How blockchain can save loot boxes

Modern gaming has made a big journey in terms of visuals, structure, plot, and economy. Games of today are drastically different from the ones, say, 10 years ago.

Back then, games were too costly. In fact, the initial cost of purchasing the game was the main flow of revenue for the companies. However, with new trends and ideas of today, publishers have started a whole new journey.

The majority of modern publishers have made their games totally free. Anyone can get them and play without the requirement to pay a nickel for anything. You might ask: how then do the publishers get profit? From in-game purchases!

With in-game purchases, and more specifically, loot boxes, the game creators have created a completely different source of cash flow which, according to many publishers, is much more lucrative than the previous method.

However, the loot boxes have their own complications. Given their specific characteristics, they have appeared in the regulators’ radars.

In this article, we’ll see what the regulators are so concerned with loot boxes and how blockchain technology can save them.

What’s the problem?

We’ve mentioned that there’s a certain set of characteristics that throw loot boxes into the field of view of governments, but what are they exactly?

In general, regulators are suspicious that this new form of monetization looks a lot like gambling. Now, there’s a certain treatment of gambling in different countries.

For example, you can play Australian casino games online and not be susceptible to any legal complications; on the other hand, in certain US states like Washington, Montana, and many others, you might face serious consequences for online gambling.

When it comes to loot boxes, the first issue here is to specify that they’re a form of gambling. When there’s an agreement that they fall into the category, then there might be some milder treatments considering that the publishers admit that themselves.

But what exactly renders this gambling-like nature of loot boxes? First off, there’s an entrance fee. To acquire any kind of loot box, you either have to pay with actual money or you have to reach a certain level of mastery to get them. But, most of the time, they’re acquired with money. This resembles the casino entrance fees and is the first, and probably the most important, step in regulators’ perspective.

Another important characteristic is the reward incentive. The reward can be monetary, as well as virtual. Most of the time, loot boxes in the popular games like PUBG, Fortnite, etc., offer different kinds of skin packs, weapons, emotes, etc. which are then used to customize your character. The same goes for the casinos that also offer monetary prizes, jackpots, and bonuses.

Yet another resembling area is chance or luck. When purchasing a loot box, you don’t know what you’re going to get. Everything is based on a random probability and cannot be influenced by external intervention. The similar is true for casinos. The probability of hitting the exact number or aligning symbols on the slot machine is totally unpredictable.

These three characteristics lead regulators to believe that loot boxes are yet another form of gambling that has to be limited. Because of this, many publishers are considering going back to their previous economic models of paid games and free gameplay.

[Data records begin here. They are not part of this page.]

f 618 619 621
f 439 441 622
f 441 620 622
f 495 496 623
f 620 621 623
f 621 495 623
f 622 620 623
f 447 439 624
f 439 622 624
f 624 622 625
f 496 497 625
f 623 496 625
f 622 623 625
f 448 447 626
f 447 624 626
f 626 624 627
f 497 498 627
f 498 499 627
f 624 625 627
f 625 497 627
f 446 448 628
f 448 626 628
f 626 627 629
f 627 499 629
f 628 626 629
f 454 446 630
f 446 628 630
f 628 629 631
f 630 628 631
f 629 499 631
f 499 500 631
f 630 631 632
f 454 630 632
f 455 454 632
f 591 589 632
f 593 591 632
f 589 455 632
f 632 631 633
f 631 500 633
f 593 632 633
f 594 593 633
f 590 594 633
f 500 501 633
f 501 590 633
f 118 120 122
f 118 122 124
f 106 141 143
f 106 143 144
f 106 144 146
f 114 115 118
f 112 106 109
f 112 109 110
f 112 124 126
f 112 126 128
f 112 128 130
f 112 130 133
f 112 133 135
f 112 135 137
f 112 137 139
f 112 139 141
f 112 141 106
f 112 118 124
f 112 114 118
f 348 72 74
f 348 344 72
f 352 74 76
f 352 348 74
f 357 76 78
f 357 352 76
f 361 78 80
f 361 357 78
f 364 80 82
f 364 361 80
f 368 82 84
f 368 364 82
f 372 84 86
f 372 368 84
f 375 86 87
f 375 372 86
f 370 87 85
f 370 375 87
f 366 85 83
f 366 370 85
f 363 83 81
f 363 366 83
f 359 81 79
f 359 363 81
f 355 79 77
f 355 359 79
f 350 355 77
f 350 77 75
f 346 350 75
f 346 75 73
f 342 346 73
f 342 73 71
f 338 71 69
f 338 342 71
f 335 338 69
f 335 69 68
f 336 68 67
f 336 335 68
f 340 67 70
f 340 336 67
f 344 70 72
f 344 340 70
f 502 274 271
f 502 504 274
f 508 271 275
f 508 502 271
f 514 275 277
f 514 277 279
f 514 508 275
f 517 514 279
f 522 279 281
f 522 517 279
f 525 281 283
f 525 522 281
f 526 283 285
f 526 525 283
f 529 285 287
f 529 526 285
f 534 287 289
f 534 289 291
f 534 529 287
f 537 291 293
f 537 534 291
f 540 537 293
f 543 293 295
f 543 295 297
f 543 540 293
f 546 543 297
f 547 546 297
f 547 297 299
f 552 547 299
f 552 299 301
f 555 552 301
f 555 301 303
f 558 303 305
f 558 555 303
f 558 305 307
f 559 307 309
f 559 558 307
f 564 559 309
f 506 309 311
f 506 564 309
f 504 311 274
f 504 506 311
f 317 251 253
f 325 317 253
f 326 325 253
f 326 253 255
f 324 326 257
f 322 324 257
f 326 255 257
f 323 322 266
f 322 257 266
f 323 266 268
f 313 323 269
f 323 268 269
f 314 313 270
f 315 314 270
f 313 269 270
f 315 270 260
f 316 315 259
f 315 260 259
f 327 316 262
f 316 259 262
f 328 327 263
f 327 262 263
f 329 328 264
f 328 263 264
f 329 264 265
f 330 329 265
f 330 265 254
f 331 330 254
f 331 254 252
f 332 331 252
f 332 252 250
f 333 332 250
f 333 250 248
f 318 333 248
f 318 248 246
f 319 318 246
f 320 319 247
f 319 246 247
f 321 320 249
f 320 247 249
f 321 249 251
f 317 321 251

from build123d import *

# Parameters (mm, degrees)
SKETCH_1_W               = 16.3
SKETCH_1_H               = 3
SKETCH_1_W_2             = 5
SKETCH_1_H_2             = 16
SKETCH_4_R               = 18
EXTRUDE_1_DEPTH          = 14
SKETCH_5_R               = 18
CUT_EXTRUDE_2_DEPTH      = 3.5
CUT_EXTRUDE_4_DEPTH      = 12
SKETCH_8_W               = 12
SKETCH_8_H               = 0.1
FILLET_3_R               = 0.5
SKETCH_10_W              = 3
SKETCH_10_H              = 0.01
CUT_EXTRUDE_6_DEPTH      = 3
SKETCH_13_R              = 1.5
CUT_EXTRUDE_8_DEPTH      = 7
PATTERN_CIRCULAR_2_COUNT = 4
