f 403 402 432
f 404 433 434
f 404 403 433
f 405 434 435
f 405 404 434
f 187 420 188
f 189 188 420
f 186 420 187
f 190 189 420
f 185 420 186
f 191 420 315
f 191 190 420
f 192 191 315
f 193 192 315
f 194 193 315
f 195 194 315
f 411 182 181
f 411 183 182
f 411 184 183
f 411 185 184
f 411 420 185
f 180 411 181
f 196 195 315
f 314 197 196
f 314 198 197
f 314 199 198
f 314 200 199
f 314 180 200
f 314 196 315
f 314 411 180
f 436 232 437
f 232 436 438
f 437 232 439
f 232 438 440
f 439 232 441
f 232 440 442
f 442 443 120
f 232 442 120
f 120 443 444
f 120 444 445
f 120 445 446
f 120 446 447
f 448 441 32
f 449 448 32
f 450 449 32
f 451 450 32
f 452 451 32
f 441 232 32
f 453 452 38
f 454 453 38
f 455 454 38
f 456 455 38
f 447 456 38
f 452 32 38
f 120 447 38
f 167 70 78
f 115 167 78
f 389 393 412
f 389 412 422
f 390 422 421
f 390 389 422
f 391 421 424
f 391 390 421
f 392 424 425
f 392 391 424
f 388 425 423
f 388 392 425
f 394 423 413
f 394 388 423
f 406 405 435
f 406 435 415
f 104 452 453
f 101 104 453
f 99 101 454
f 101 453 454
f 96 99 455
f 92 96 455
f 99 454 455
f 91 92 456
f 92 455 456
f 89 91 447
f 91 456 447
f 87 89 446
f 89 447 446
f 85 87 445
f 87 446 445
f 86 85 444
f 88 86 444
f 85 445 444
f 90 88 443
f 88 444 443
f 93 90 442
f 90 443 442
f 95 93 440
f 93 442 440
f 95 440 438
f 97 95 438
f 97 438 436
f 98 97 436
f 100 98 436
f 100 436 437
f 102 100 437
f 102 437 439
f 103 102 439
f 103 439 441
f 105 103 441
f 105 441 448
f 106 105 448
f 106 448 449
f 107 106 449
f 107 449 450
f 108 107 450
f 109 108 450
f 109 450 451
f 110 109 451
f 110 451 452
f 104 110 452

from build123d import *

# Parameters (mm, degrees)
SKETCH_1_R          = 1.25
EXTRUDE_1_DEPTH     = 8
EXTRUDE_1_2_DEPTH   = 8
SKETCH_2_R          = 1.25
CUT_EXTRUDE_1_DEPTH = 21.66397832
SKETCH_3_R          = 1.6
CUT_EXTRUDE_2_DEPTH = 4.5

Blockchain can solve the problem

However, with blockchain and cryptocurrencies, things might be looking up for them.

As you already know, cryptocurrencies are embedded in a secure system called blockchain. Every single currency like Bitcoin, Ethereum, EOS, and others are based on this system and have their own terms of incentive mechanisms.

With the majority of cryptocurrencies, the most popular way of earning them is by “mining”. “Mining” uses the computing power of your GPU or CPU to generate tokens and designate a certain value to them.

Game providers can use this technology to continue monetizing through existing business models. One of the main ways they can use blockchain is by allowing players to “mine” cryptocurrencies during the gameplay.

This process will only take the players’ gaming skills and techniques, not their computer’s CPU/GPU power. These tokens will then be used to purchase loot boxes, as well as other in-game assets.

Independently-generated value

At the end of the day, players will be able to generate value just by playing the game, and the publishers will be able to get the value while not charging the players a single penny.

One of the main benefits of gameplay-generated cryptocurrencies is that they’re totally free – the players don’t spend their money to buy in-game coins. They already have their own value and can be used in-game, as well as outside of it.

This way, the most important reason for regulating loot boxes gets alleviated. Regulators won’t be able to find a single player who has paid their own money to buy a loot box. And even though there still remain the other two characteristics – chance and reward – these are not sufficient for deeming loot boxes a form of gambling.